With the help of a fundraiser, brought in for three years to work specifically on the capital project, dozens of applications to trusts and foundations were made. In the end, aside from two major coups – successful applications to Garfield Weston and Foyle Foundations – it was those closer to home who came up with the cash: half a million came from EEDA, the regional development agency, and nearly £250,000 in private donations from local companies and individuals, plus many small donations from locally based trusts. The local authority, South Cambridgeshire District Council, contributed £225,000. As with all capital projects, it was the last £150,000 that was the hardest to bring in, and in the end we had to do some ‘value engineering’ to get a building we could afford.

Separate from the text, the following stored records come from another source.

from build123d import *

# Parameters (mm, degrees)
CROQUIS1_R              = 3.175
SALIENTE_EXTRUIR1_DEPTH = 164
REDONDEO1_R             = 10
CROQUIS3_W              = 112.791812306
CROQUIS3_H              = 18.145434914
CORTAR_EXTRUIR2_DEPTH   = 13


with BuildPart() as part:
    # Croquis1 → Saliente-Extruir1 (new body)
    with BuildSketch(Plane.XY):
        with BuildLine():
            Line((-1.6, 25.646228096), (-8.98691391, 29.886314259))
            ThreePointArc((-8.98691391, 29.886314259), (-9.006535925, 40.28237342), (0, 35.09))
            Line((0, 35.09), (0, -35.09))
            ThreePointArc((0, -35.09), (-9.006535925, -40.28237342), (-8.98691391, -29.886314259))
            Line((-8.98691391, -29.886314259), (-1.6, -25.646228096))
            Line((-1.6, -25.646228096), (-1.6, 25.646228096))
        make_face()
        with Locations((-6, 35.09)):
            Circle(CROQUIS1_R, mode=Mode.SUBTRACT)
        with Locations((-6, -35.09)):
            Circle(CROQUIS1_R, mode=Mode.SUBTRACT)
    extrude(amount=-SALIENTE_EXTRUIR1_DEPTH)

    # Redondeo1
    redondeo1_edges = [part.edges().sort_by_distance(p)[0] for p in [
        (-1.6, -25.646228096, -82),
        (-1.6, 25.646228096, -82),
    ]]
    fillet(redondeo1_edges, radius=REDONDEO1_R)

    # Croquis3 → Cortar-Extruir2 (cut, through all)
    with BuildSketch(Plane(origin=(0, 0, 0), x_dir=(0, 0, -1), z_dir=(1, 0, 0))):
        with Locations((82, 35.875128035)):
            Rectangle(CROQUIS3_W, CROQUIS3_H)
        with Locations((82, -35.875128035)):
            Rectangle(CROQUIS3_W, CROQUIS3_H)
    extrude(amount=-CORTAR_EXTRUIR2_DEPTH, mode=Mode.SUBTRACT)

Managing the expectations was extremely difficult, given that Wysing was also in the midst of change and aiming to build some artistic credibility. The charitable funding side of what had been the ‘old’ Wysing – a craft focus, lots of (undersubscribed) children’s workshops and a programme for adults with learning difficulties – were phased out. These were being replaced with projects by artists interested in collective ways of working who were exploring models of social and educational exchange and working contextually. Artists began to work directly with the communities that surrounded Wysing, including local Traveller families and villagers. At one point during the fundraising effort, I realised that a new model was needed and that working in partnership with ACE and with some of Cambridge’s businesses was going to be the way forward for us. Traditional fundraising tactics coupled with an emphasis on educational activity just didn’t work for Wysing. In some ways it is a relief not to work like that, and to be able to be honest about wanting to be artistically experimental, really to focus on the art and on building new audiences for it.

It is so easy to allow all those structures – self-imposed or funder-imposed – to get in the way of what an organisation is really for. Wysing really is, and always has been, a centre for artists and audiences wanting to push their practices in a supportive environment. The new buildings are hugely symbolic and really represent externally what has been happening to Wysing internally – a process of consolidation: of ideas, of ethos, and of artistic
vision.

Donna Lynas is the Director of Wysing Arts Centre.